The Fighting Quahogs would be the talk of the sports world.
But regardless of all this, if you are honest, you just know that the arrival of the Gray Wolves on campus would be greeted with a resounding yawn. It might as well be a husky. You wouldn’t tell your friends, you wouldn’t buy the shirt or hat or banner. You wouldn’t go and howl at the basketball game. Jim Rome wouldn’t even talk about it on the radio. But the Quahogs, or Fighting Quahogs, or Killer Quahogs you know would be the talk of the sports world, random people would want our merchandise, and you would enthusiastically cheer on our teams with “CO-HOGS, CO-HOGS.” You would even go to the concession and buy a clam roll. It’s the total package.
Monday, June 6, 2005
Hey, Florida Crew Alumni! One of the current rowers, Kerri Riva, is attempting to find everyone. If you used to row for UF, drop her a line and let her know how to find you. Hell, drop me a line and let me know how to find you. (I highly doubt she’s trying to get anyone back into a boat. It took me 30min to pull a pathetic 6531m tonight. Check the sidebar of this page to see how I’m doing …)
Sunday, May 29, 2005
Coca-Cola has been on sale at UF for four decades and was the only line of soft drinks available for the past six years. But soon Coke will no longer be the real thing on the University of Florida campus.

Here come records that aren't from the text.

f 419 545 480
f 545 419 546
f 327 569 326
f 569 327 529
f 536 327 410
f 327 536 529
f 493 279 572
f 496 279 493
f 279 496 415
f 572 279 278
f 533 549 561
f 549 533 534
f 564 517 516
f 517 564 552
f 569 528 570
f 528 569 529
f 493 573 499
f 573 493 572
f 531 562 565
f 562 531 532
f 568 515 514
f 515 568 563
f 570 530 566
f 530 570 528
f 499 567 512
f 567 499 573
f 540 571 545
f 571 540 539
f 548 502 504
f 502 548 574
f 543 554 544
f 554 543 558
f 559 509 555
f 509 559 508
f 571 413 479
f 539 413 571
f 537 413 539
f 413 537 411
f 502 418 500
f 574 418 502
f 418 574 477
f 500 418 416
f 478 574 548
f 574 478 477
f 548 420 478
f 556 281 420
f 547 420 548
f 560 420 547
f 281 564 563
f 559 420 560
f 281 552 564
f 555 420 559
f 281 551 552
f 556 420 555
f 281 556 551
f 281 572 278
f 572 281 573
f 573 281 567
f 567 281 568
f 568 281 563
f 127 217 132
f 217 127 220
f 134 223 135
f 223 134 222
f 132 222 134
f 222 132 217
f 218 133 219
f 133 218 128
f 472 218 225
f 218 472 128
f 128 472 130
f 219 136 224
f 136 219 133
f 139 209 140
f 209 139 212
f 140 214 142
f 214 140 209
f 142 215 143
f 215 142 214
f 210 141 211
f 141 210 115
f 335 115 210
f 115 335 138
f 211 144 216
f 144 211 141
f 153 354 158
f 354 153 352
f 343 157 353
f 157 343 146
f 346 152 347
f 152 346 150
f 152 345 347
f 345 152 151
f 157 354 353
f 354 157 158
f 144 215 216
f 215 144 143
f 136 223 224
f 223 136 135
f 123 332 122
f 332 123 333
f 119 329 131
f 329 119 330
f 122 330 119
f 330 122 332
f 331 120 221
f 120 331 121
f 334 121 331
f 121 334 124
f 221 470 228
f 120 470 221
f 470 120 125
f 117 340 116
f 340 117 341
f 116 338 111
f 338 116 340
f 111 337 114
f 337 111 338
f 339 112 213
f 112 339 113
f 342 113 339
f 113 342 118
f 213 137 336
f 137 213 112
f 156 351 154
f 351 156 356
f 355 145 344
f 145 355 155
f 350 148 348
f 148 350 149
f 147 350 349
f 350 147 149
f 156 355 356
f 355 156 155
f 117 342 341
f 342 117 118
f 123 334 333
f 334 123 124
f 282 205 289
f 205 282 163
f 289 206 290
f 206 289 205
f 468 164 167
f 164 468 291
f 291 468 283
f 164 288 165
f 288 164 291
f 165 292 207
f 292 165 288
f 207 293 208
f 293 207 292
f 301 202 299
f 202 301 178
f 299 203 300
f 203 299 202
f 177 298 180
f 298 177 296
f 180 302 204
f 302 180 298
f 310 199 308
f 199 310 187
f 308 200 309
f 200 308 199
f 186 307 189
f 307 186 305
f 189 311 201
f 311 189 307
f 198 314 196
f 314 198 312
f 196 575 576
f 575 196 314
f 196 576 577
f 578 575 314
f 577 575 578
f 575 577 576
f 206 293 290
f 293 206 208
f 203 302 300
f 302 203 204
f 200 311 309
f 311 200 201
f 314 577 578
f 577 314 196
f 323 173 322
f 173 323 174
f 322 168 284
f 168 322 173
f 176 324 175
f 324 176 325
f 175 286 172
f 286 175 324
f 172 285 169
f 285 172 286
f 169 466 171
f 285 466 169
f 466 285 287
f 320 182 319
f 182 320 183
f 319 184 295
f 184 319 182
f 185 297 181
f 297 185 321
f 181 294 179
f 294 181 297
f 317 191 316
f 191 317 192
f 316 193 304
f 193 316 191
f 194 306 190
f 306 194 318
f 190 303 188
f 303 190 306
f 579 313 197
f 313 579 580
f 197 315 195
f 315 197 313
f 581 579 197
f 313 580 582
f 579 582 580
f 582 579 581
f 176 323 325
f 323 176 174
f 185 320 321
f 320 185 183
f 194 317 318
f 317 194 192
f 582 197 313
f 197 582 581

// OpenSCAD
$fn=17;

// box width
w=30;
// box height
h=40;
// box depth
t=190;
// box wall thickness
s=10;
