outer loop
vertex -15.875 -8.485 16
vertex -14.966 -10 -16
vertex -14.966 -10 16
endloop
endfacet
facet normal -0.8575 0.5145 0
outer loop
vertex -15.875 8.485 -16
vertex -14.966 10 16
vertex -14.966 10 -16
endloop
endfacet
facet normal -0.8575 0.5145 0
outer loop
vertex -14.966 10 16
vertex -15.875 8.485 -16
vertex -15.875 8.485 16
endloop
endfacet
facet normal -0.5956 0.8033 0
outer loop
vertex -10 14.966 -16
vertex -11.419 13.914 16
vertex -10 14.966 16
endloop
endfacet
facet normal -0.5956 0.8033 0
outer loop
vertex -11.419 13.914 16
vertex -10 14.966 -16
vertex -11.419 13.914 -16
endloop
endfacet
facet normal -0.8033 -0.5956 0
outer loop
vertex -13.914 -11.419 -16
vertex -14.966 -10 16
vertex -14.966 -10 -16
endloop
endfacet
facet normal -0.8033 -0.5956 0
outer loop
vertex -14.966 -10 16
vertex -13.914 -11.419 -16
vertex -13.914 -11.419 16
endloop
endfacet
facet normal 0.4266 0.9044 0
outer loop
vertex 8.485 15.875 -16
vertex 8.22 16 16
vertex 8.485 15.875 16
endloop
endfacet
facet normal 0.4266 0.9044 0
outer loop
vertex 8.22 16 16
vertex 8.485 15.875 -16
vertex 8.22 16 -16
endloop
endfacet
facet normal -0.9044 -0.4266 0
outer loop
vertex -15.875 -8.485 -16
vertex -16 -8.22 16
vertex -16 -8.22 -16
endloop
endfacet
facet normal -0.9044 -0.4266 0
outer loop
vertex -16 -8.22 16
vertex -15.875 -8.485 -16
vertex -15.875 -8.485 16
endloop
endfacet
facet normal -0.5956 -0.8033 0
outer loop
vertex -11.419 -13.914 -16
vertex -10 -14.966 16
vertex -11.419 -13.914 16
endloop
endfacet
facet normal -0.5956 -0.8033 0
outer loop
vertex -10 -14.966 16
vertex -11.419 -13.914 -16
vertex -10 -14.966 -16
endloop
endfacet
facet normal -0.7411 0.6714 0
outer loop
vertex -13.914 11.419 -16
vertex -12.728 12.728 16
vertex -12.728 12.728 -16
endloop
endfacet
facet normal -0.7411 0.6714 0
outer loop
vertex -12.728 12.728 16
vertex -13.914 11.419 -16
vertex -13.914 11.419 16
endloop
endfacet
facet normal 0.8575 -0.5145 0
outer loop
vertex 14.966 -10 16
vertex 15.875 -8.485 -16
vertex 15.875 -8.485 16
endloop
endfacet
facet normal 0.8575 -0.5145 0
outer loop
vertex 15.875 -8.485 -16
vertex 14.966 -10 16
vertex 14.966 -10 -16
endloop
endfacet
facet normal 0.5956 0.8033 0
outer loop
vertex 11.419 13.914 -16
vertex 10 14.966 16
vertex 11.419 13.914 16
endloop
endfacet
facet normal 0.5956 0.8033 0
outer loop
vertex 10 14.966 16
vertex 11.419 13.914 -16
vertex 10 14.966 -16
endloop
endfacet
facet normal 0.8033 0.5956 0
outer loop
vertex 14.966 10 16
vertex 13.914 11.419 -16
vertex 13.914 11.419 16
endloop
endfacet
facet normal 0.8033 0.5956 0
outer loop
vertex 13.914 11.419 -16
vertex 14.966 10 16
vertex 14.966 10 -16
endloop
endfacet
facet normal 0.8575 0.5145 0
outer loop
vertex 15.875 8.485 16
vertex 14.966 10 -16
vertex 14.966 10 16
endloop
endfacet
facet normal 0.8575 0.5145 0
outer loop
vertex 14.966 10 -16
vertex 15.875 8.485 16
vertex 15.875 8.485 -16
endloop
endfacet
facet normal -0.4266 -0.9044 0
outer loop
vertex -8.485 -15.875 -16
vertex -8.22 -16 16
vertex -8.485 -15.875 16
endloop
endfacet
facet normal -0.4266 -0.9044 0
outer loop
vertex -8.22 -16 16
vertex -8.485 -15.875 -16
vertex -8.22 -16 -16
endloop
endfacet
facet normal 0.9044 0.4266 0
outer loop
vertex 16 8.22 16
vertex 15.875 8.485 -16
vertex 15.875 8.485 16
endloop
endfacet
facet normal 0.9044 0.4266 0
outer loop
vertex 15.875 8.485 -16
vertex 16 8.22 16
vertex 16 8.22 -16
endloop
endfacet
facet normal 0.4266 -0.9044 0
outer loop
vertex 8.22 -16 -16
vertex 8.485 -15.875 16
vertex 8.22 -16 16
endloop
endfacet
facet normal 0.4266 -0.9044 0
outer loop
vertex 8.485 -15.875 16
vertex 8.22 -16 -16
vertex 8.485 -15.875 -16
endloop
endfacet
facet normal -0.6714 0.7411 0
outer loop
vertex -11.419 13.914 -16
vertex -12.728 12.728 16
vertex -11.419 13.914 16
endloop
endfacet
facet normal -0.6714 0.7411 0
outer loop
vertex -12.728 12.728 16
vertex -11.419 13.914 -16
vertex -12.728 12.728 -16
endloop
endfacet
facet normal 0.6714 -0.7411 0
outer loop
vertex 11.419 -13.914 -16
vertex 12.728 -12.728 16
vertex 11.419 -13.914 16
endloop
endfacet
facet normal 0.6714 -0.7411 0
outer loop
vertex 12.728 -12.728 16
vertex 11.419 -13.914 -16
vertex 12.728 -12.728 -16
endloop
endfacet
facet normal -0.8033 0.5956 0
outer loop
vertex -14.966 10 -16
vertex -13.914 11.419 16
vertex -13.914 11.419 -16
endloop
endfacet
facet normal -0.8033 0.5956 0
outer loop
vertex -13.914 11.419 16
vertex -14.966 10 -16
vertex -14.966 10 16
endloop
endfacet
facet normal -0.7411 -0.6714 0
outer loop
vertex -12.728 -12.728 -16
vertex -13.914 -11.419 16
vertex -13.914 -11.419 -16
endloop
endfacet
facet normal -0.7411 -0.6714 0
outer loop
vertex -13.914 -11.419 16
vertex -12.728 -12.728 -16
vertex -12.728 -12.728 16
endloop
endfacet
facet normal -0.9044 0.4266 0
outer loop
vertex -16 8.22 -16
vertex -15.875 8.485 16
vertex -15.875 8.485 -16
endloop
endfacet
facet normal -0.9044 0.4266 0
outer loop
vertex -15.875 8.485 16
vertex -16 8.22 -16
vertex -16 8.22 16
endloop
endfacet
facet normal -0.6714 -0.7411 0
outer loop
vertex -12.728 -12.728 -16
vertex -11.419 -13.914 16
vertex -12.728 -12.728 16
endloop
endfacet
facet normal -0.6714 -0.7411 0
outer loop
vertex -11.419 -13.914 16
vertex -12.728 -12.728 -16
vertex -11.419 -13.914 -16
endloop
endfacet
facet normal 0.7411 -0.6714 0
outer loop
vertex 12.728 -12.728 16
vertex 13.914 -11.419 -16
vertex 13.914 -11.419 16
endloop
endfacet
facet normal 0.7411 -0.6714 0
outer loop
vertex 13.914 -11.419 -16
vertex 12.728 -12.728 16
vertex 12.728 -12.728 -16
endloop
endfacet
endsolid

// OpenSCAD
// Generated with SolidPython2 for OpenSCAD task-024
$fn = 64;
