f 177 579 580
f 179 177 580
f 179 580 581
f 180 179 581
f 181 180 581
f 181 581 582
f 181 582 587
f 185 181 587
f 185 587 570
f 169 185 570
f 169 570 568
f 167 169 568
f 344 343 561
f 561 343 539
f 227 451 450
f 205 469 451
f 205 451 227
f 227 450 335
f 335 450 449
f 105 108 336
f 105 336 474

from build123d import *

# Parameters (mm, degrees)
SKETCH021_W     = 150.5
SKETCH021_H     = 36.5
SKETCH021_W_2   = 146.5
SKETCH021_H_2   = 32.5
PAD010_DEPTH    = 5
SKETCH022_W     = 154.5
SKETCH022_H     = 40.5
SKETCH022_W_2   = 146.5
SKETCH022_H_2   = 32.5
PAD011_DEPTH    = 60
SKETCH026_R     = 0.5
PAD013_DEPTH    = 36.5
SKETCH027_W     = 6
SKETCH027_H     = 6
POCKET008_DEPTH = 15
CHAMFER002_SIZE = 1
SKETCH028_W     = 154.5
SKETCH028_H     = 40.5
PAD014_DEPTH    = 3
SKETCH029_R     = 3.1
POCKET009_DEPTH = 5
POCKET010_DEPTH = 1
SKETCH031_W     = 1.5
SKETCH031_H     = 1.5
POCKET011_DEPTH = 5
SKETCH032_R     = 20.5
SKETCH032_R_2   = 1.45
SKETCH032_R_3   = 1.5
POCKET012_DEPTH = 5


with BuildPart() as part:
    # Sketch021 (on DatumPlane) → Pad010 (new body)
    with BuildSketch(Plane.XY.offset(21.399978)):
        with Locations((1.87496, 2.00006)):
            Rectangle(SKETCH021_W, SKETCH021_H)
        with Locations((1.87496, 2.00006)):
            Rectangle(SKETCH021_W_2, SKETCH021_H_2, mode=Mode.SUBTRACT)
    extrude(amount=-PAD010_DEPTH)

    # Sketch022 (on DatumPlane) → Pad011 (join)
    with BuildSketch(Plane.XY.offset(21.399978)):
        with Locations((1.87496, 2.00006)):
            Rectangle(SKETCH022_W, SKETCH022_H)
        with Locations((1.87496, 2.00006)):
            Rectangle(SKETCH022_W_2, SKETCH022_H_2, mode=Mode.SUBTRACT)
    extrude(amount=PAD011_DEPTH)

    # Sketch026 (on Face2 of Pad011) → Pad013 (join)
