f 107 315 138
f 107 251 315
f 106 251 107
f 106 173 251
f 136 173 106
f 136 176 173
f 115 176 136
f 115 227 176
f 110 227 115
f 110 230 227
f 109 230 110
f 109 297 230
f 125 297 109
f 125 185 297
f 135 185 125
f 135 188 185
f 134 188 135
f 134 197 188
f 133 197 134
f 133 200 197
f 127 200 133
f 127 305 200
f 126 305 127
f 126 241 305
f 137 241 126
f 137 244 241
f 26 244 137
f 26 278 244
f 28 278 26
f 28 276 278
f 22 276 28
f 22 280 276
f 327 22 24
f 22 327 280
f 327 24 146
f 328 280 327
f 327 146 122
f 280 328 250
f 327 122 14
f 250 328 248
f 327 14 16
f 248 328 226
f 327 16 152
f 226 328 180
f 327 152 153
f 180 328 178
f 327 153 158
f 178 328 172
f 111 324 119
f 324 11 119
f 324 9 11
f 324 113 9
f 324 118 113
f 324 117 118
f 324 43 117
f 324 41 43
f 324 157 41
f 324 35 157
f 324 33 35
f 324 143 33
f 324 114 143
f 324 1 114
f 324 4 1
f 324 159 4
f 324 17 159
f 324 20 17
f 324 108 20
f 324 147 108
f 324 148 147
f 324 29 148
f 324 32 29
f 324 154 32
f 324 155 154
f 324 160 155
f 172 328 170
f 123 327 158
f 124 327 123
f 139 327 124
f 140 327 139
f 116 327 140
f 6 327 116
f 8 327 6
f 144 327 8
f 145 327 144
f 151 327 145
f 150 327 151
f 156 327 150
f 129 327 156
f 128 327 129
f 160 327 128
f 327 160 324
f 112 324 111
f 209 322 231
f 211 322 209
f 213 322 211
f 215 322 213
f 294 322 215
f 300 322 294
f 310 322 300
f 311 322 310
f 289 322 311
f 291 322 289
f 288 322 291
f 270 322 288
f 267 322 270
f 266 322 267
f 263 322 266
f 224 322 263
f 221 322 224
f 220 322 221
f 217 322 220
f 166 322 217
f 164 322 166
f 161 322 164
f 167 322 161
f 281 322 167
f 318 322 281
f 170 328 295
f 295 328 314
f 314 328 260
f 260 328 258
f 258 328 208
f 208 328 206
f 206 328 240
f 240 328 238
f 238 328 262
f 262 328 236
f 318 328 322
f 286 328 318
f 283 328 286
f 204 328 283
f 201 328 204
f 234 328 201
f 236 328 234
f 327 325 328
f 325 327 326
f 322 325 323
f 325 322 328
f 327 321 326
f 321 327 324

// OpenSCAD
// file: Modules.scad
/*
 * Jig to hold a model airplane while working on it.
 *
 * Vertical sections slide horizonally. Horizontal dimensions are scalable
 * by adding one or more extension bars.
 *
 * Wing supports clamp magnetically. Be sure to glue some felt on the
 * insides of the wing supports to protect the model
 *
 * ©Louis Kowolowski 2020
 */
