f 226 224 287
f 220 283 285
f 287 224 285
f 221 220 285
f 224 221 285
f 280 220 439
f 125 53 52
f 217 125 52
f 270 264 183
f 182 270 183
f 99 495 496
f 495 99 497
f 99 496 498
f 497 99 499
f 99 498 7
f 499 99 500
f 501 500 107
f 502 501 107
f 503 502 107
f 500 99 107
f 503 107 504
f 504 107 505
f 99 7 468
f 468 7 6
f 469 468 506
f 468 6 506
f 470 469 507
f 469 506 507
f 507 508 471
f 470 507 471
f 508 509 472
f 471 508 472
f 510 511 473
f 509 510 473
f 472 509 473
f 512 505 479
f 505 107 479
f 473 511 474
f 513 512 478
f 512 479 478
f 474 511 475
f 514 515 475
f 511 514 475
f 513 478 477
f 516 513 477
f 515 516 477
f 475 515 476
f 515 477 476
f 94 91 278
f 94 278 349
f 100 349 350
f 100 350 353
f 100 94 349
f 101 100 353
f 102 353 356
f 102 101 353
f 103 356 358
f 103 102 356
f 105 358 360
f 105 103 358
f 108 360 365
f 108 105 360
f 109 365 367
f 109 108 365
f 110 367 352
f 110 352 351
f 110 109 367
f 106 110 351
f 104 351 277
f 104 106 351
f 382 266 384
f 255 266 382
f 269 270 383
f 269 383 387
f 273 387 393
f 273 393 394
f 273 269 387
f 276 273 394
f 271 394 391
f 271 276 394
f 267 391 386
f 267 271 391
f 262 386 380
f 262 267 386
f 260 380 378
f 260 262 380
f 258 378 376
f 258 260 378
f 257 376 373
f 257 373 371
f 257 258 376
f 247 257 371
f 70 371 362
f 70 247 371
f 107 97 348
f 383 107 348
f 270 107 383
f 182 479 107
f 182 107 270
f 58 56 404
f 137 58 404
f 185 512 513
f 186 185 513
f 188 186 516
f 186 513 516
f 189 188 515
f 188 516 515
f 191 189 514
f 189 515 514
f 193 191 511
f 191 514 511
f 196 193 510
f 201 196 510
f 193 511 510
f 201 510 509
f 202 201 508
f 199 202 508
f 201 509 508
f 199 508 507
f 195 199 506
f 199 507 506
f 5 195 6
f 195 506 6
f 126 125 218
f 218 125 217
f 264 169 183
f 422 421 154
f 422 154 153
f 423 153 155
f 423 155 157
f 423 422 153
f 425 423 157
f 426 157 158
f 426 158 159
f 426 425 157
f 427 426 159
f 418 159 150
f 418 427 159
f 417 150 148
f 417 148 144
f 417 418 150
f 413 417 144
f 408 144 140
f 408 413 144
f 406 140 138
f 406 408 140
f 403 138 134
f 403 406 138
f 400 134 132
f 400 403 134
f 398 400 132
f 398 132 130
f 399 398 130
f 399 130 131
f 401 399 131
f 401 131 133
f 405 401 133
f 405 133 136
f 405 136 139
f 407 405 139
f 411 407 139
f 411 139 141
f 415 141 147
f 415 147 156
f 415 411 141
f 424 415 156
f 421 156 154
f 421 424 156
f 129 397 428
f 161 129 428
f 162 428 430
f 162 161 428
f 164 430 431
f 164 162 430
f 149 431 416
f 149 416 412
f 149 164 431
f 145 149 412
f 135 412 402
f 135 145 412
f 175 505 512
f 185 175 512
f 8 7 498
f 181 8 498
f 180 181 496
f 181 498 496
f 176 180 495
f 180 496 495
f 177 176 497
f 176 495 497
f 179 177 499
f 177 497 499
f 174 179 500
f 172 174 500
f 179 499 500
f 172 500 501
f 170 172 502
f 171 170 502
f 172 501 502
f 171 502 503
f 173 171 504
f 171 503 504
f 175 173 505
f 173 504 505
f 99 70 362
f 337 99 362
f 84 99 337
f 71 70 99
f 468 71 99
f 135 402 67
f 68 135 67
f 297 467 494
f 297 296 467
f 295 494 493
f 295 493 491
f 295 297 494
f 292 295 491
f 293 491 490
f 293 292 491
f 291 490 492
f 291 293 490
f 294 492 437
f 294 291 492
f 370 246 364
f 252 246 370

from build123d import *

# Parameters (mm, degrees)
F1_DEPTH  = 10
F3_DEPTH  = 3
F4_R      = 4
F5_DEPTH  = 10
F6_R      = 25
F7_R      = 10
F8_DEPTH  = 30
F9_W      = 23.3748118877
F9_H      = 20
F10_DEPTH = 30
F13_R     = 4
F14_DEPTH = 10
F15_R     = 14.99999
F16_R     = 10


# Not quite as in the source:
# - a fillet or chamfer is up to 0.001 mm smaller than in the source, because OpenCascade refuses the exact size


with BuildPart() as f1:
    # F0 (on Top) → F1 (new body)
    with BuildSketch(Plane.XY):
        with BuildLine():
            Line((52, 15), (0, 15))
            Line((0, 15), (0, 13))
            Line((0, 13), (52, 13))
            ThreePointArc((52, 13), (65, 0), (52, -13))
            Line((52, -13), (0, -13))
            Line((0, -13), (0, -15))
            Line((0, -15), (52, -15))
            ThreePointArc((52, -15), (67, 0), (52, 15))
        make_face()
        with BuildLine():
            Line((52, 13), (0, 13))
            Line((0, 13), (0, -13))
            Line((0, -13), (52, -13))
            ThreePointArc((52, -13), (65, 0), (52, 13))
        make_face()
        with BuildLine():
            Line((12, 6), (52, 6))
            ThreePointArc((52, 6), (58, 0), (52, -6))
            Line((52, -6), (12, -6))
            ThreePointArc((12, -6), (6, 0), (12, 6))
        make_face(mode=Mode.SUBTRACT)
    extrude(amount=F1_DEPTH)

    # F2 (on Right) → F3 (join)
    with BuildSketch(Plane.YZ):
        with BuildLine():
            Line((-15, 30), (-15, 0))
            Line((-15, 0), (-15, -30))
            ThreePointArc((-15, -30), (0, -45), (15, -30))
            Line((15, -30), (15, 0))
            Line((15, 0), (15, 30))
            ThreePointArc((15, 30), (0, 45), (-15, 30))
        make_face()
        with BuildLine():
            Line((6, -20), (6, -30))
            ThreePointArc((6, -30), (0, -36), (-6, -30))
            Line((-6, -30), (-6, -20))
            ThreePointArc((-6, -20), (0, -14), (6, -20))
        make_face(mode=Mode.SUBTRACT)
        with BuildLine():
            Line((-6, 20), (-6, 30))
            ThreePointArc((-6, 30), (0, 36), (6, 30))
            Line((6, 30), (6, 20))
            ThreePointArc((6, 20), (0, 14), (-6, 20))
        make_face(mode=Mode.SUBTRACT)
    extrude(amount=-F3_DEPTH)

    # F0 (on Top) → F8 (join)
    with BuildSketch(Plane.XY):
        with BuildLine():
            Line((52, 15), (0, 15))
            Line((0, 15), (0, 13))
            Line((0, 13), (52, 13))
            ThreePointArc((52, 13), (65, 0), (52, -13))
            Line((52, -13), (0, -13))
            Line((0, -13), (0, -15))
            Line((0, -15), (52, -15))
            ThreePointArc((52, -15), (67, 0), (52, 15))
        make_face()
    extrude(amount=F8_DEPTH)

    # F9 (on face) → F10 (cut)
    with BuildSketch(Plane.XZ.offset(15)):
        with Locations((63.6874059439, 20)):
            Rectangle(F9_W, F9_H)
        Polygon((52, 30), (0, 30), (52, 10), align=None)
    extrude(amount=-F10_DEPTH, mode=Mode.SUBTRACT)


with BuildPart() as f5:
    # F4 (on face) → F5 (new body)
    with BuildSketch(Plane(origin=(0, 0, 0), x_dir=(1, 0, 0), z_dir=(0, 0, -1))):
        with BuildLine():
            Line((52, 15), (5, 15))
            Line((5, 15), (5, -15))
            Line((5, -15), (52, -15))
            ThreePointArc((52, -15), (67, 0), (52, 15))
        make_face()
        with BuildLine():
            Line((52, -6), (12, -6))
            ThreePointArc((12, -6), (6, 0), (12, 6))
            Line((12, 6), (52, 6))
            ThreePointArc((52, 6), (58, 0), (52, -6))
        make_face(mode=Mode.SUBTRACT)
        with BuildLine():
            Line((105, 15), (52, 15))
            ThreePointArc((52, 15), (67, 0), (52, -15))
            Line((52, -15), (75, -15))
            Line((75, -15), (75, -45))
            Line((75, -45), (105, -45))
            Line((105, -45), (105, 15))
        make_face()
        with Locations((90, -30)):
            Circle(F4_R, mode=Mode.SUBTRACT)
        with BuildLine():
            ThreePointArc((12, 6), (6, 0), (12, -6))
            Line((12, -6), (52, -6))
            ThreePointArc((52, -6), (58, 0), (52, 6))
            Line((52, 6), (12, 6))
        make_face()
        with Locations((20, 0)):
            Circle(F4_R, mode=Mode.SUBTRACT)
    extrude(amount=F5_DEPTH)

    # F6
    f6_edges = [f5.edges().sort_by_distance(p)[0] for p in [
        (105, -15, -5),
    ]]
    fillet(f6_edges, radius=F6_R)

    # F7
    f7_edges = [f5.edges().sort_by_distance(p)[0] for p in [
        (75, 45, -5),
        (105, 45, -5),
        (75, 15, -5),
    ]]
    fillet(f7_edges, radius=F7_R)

“Florida has signed an exclusive 10-year agreement with Pepsi Bottling Group in a deal that could bring more than $27 million to the university.
I can’t imagine getting a Pepsi at a Gator game. It’s sacrilegious. Who the hell wants a “Jack and Pepsi”?
Monday, May 23, 2005
So I had a bit of a bug on Saturday and spent most of the day in a deep Alka Seltzer Plus-induced sleep. At one point I awoke to find a curious message on my answering machine. A little kid somewhere in the San Bernardino area code called with a get-well message for Eric Gagne, the Dodgers pitcher. “I’m your biggest fan,” he said, “and I hope your leg gets better really soon.”
I have no idea what in the world you’d say to a kid that thinks you’re a hero.
I considered calling him and pretending to be the dominant closer, but (a) I have no idea what Eric Gagne sounds like, how he talks, or what in the world you’d say to a kid that thinks you’re a hero and (b) I feared that since he’s sort of close to LA, he might have a classmate or something that does know Eric, and then I’d get the kid or the pitcher in hot water with a lie …
It would be tragic if I was to pretend to be someone I’m not and then have him brag to all his friends and get busted for it. So I just hoped that someday the kid gets to catch a pop fly at a game, that Eric’s leg is on the mend, and then hit delete.